Write out once more the lines running from the top of the entries below to the line with "(0, 32.5), align=None)", both ends included.

Data records
# # #

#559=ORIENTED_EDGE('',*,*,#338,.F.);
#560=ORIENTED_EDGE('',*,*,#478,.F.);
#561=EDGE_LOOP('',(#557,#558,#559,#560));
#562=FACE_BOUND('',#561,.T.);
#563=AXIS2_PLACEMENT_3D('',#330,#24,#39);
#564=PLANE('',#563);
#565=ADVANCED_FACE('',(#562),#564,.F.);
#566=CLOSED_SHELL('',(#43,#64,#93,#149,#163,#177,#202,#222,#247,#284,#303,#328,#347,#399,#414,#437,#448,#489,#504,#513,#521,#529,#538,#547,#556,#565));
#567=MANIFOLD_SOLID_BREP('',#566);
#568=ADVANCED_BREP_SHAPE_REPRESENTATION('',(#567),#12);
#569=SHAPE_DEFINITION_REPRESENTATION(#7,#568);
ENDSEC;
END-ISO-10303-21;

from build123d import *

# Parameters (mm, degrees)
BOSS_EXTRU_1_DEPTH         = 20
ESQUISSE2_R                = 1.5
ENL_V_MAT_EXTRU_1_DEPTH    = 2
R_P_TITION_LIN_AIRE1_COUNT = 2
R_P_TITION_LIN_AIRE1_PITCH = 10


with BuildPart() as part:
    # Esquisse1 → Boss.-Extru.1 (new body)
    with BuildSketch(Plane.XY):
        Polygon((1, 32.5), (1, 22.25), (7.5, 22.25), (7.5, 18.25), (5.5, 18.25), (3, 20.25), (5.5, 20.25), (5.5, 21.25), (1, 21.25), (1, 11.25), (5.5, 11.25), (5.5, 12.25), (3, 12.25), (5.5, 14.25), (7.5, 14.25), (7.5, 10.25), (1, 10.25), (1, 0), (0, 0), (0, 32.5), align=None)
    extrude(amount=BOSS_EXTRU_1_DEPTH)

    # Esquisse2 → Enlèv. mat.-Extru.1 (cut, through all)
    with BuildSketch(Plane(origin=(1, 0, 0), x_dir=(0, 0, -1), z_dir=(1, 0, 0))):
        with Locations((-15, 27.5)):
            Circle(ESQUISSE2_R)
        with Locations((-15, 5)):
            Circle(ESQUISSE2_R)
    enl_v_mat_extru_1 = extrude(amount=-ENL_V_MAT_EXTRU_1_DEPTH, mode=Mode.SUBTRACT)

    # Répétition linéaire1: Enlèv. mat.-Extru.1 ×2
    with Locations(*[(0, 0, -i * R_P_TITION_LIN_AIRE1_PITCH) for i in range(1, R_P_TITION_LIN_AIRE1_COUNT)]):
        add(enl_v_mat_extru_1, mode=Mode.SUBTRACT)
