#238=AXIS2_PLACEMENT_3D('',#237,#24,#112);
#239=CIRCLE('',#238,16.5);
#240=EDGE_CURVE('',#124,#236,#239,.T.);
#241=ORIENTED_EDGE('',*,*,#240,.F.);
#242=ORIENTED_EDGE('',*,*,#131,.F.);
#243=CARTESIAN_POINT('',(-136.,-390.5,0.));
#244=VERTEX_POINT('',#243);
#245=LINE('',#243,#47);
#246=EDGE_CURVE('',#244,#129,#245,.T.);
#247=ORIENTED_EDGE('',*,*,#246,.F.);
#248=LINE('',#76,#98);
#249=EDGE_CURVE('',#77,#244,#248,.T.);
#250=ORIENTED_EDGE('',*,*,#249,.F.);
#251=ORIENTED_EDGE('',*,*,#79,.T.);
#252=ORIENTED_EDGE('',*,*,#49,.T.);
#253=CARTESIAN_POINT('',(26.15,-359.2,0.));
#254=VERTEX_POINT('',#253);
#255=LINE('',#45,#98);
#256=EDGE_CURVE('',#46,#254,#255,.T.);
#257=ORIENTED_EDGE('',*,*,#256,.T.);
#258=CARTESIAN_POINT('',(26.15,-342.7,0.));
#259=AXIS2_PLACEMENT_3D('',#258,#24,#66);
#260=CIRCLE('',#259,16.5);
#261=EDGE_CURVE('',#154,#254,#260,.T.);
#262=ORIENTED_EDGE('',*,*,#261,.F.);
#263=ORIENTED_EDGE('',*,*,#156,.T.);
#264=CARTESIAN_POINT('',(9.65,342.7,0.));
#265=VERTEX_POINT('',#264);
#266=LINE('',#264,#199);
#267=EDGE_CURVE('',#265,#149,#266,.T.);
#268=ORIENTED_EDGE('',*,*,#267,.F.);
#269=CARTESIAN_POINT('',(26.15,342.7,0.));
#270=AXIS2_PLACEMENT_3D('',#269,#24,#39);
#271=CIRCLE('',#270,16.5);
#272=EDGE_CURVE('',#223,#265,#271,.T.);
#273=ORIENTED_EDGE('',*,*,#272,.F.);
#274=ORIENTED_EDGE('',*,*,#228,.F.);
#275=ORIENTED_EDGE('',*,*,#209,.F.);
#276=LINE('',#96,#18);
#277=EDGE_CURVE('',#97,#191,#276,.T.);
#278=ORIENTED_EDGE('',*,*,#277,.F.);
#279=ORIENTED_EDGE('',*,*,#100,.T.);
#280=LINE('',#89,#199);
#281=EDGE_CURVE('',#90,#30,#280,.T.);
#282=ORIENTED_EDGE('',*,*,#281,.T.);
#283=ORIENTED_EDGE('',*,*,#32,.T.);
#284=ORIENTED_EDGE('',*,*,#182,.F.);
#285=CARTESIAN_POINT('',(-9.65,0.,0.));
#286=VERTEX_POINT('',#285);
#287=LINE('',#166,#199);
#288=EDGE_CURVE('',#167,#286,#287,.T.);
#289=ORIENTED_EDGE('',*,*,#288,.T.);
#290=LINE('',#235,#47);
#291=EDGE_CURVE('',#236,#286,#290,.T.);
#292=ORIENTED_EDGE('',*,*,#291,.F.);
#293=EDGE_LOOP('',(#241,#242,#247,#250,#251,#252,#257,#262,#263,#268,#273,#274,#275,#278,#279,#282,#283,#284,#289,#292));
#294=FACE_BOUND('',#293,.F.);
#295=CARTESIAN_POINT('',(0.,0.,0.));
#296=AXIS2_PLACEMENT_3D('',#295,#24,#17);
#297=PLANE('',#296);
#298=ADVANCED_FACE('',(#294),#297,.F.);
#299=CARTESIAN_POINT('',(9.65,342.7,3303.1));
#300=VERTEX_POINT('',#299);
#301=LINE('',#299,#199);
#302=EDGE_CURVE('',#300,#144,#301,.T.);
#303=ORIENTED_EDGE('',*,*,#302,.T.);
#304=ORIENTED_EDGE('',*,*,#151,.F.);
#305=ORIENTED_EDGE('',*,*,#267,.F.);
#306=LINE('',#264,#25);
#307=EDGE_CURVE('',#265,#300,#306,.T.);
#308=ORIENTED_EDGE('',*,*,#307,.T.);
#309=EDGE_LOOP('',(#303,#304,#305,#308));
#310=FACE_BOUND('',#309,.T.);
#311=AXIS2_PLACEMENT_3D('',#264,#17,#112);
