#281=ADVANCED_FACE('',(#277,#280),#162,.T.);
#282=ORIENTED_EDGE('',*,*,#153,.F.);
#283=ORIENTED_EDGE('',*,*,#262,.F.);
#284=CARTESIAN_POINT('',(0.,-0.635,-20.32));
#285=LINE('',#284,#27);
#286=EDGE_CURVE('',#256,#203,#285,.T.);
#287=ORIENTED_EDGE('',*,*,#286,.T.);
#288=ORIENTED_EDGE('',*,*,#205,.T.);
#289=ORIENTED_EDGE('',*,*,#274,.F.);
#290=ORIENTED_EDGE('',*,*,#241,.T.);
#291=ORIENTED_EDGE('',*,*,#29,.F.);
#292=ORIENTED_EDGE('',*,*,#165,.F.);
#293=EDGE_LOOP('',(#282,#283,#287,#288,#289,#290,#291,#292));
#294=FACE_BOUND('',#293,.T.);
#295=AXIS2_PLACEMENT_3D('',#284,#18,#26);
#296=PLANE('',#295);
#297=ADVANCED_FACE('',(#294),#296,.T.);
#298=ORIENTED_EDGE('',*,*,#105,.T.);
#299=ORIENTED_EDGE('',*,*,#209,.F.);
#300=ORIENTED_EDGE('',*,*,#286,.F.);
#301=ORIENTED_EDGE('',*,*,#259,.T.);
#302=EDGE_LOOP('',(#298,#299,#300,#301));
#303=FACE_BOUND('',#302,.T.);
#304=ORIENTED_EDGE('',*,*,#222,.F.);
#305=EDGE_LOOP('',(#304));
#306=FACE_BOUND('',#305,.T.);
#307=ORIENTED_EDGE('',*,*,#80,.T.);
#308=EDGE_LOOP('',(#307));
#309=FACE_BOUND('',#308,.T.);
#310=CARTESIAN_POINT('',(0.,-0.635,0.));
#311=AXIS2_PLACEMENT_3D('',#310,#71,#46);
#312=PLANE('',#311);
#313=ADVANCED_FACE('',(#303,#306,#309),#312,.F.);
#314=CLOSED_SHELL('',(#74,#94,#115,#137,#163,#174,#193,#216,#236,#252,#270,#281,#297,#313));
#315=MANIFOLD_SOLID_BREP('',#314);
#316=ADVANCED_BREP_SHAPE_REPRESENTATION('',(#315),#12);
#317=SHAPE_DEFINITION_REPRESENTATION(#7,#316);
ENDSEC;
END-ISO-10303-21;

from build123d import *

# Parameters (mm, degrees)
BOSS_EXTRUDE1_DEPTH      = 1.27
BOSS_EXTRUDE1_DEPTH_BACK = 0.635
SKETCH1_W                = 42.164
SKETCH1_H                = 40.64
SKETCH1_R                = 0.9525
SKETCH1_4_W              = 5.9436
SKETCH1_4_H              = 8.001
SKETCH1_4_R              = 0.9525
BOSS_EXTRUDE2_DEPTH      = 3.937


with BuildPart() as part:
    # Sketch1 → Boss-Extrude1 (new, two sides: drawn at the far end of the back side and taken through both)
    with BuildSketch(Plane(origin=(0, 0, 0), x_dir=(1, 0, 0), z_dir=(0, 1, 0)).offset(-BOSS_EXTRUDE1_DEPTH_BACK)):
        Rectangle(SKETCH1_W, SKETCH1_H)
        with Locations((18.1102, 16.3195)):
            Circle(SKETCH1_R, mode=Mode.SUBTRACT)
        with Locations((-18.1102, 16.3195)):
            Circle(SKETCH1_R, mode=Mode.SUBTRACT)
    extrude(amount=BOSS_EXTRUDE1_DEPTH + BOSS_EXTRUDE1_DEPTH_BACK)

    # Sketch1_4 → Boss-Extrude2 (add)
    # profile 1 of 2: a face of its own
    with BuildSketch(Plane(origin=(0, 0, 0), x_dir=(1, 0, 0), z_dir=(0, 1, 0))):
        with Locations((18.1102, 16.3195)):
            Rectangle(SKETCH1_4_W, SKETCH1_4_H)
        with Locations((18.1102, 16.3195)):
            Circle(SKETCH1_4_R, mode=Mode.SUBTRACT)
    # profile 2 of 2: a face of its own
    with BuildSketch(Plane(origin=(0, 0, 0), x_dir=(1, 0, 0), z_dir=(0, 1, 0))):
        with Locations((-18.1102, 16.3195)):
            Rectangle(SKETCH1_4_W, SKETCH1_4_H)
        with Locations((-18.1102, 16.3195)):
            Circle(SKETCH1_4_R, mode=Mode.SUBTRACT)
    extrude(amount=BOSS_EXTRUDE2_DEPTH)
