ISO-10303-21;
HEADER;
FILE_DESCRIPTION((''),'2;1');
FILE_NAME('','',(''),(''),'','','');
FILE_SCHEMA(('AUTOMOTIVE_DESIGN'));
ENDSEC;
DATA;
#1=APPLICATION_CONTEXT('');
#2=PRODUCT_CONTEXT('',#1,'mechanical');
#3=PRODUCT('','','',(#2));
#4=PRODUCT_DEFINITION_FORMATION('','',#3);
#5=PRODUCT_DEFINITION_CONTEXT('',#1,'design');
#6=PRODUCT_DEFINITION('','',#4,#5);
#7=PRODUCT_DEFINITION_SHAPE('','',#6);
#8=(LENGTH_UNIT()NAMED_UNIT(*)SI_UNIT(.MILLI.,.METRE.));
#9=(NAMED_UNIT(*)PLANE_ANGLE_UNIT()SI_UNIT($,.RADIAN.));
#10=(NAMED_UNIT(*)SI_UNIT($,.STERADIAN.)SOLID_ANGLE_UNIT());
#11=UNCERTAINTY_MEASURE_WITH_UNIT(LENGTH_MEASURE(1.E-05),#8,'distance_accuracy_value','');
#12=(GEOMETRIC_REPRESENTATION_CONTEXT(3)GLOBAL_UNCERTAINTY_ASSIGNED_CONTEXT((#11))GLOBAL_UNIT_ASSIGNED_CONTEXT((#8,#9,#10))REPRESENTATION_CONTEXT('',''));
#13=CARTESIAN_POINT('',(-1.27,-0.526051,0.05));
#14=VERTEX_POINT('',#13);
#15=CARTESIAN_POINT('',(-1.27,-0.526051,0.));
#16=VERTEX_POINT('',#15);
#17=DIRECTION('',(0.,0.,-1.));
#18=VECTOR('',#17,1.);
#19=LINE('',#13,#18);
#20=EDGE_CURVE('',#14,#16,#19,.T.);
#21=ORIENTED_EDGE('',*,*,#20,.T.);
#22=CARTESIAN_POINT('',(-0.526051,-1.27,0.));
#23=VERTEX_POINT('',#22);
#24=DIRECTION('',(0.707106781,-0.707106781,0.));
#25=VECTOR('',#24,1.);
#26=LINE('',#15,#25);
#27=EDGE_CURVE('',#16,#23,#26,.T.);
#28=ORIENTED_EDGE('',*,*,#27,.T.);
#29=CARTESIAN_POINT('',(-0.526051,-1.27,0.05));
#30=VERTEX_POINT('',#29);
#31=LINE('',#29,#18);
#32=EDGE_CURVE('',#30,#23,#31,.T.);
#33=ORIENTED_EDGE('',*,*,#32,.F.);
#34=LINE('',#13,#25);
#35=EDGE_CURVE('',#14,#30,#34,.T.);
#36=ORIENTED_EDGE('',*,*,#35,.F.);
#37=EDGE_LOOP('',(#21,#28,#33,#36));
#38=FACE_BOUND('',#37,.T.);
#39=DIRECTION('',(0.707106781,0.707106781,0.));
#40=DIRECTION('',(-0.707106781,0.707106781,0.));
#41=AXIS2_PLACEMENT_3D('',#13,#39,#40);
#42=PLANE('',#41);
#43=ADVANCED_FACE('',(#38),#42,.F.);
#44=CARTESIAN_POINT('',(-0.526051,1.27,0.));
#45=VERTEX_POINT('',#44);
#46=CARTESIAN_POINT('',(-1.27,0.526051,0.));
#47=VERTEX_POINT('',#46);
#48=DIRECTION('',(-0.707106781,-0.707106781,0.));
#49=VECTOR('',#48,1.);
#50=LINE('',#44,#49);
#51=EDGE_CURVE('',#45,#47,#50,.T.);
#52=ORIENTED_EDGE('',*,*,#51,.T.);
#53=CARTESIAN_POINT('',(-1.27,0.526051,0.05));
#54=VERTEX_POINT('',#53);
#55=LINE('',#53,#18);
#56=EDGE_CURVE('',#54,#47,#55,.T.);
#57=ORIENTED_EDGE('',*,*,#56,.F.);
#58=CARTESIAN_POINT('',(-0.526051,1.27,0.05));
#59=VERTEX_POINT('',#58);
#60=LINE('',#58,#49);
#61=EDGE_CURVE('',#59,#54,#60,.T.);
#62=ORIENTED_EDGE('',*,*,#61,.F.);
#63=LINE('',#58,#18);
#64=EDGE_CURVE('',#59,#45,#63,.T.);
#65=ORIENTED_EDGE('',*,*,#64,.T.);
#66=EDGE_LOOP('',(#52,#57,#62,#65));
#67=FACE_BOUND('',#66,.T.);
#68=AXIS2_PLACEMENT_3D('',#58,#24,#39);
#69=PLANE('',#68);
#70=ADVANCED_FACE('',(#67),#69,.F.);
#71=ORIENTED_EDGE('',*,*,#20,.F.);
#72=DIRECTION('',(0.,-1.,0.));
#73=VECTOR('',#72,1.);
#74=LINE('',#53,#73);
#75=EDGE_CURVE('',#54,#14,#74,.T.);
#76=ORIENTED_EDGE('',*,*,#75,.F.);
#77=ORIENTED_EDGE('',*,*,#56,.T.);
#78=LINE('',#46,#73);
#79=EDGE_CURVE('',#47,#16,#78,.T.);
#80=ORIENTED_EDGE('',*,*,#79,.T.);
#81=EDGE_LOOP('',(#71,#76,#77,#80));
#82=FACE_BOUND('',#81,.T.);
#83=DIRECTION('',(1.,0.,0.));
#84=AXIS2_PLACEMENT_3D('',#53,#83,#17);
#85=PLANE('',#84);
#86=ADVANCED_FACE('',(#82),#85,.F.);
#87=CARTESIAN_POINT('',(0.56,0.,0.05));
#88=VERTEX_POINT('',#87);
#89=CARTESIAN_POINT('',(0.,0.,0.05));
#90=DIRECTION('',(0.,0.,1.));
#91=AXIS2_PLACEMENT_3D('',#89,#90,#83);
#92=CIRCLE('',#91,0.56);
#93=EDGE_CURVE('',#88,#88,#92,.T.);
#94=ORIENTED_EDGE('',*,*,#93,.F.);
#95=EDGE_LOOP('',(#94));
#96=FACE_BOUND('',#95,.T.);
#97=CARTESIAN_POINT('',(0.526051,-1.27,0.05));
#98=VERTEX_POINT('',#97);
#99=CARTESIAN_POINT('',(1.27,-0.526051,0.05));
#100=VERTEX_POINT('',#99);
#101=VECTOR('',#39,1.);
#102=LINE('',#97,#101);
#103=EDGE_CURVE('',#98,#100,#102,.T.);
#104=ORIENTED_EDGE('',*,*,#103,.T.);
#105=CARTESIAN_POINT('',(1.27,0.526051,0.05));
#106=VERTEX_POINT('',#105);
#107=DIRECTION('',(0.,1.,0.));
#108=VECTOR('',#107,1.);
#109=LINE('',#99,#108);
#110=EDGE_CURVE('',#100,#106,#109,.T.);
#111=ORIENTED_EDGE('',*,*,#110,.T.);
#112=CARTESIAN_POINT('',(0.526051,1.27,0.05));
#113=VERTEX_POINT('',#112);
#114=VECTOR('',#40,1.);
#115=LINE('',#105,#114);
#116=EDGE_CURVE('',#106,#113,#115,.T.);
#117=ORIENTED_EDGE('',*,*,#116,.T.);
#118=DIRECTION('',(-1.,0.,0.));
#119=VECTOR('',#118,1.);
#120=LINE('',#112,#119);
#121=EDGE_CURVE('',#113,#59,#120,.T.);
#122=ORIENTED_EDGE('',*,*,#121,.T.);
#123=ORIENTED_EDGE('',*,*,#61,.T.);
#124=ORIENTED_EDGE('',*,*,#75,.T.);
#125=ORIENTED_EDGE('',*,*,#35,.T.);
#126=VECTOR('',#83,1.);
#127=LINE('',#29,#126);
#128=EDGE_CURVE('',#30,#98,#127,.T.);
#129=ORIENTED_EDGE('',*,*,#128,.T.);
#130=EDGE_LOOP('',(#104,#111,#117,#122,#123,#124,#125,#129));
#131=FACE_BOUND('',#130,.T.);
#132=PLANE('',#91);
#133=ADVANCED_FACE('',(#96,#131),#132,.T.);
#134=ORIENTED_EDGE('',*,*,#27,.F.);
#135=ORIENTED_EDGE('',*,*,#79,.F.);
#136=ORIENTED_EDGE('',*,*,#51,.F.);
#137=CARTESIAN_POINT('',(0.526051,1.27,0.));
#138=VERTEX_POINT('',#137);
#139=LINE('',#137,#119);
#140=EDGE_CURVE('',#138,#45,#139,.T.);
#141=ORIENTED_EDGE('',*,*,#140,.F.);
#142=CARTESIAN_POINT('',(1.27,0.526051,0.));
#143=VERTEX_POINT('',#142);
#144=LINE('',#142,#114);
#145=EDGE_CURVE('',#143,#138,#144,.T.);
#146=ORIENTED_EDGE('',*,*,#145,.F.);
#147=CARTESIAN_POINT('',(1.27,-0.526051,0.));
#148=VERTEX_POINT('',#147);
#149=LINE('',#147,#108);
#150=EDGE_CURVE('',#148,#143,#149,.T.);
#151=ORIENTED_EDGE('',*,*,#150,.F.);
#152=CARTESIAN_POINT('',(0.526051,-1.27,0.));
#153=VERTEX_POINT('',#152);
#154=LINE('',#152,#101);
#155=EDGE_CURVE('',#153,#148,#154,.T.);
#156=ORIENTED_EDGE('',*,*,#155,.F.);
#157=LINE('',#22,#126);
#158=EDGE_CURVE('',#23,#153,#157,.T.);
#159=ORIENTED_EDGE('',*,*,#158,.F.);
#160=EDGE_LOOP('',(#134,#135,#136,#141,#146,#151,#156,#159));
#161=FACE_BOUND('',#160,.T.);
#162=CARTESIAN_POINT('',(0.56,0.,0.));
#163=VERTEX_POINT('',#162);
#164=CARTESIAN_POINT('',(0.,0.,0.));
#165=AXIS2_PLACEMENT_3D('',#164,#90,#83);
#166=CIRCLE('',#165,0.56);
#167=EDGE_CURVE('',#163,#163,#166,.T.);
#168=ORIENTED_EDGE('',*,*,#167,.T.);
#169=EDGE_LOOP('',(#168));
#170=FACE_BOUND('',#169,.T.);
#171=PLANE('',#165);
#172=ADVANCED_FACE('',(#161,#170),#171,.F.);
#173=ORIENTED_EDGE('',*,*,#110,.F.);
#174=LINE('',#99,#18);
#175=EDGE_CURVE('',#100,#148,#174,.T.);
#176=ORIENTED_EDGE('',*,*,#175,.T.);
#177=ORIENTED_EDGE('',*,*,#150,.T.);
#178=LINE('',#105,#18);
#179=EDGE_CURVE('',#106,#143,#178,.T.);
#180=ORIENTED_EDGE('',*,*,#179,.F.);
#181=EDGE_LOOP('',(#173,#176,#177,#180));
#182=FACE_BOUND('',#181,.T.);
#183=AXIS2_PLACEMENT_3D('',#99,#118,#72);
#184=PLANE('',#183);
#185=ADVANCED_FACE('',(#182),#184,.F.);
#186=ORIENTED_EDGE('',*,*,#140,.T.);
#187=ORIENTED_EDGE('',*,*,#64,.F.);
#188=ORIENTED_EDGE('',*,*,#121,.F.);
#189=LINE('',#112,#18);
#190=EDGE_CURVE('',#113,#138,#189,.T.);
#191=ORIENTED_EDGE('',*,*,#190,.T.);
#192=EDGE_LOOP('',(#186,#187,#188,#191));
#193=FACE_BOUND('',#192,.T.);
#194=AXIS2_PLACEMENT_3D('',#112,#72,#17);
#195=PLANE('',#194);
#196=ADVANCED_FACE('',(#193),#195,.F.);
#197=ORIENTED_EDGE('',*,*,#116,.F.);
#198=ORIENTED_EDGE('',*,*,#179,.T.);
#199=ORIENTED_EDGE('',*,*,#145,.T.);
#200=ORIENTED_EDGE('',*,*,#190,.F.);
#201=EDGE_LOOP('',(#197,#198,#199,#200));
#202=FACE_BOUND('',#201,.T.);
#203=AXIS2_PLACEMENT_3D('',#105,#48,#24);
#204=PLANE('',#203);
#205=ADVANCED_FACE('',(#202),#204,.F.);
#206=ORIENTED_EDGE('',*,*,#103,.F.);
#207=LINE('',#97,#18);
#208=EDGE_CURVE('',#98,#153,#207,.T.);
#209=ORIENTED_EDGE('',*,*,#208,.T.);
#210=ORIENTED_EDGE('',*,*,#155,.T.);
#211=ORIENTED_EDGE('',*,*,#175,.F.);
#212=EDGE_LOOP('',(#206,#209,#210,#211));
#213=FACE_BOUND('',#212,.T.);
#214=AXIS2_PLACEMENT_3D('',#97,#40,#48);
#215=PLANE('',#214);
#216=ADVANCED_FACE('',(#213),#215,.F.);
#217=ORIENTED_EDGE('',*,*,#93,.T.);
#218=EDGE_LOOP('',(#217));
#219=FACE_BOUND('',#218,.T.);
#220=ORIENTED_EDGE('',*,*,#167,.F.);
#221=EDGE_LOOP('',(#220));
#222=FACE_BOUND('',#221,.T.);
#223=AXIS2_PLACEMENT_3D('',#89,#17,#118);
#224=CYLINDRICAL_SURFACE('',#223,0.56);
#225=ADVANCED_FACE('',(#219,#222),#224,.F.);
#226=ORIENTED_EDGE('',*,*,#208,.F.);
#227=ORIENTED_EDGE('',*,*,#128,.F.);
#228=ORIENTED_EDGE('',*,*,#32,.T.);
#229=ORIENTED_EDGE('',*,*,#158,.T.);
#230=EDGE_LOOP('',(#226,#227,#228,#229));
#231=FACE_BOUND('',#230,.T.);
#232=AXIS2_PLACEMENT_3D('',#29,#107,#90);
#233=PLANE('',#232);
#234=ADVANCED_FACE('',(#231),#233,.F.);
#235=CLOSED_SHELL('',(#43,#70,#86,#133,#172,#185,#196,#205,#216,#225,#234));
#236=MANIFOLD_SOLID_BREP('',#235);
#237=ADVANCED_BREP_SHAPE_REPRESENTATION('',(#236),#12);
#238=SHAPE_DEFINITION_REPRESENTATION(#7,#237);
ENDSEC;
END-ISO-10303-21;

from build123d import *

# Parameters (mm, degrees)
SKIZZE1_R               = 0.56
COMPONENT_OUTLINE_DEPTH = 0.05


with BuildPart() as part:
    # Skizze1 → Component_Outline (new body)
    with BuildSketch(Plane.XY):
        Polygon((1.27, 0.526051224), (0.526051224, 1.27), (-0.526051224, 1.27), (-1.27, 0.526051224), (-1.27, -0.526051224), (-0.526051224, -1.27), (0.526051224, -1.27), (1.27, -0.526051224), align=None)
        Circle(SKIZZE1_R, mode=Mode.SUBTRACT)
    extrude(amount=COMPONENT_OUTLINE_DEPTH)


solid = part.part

# # #

▶ [Answer for this exercise]
#559=ORIENTED_EDGE('',*,*,#338,.F.);
#560=ORIENTED_EDGE('',*,*,#478,.F.);
#561=EDGE_LOOP('',(#557,#558,#559,#560));
#562=FACE_BOUND('',#561,.T.);
#563=AXIS2_PLACEMENT_3D('',#330,#24,#39);
#564=PLANE('',#563);
#565=ADVANCED_FACE('',(#562),#564,.F.);
#566=CLOSED_SHELL('',(#43,#64,#93,#149,#163,#177,#202,#222,#247,#284,#303,#328,#347,#399,#414,#437,#448,#489,#504,#513,#521,#529,#538,#547,#556,#565));
#567=MANIFOLD_SOLID_BREP('',#566);
#568=ADVANCED_BREP_SHAPE_REPRESENTATION('',(#567),#12);
#569=SHAPE_DEFINITION_REPRESENTATION(#7,#568);
ENDSEC;
END-ISO-10303-21;

from build123d import *

# Parameters (mm, degrees)
BOSS_EXTRU_1_DEPTH         = 20
ESQUISSE2_R                = 1.5
ENL_V_MAT_EXTRU_1_DEPTH    = 2
R_P_TITION_LIN_AIRE1_COUNT = 2
R_P_TITION_LIN_AIRE1_PITCH = 10


with BuildPart() as part:
    # Esquisse1 → Boss.-Extru.1 (new body)
    with BuildSketch(Plane.XY):
        Polygon((1, 32.5), (1, 22.25), (7.5, 22.25), (7.5, 18.25), (5.5, 18.25), (3, 20.25), (5.5, 20.25), (5.5, 21.25), (1, 21.25), (1, 11.25), (5.5, 11.25), (5.5, 12.25), (3, 12.25), (5.5, 14.25), (7.5, 14.25), (7.5, 10.25), (1, 10.25), (1, 0), (0, 0), (0, 32.5), align=None)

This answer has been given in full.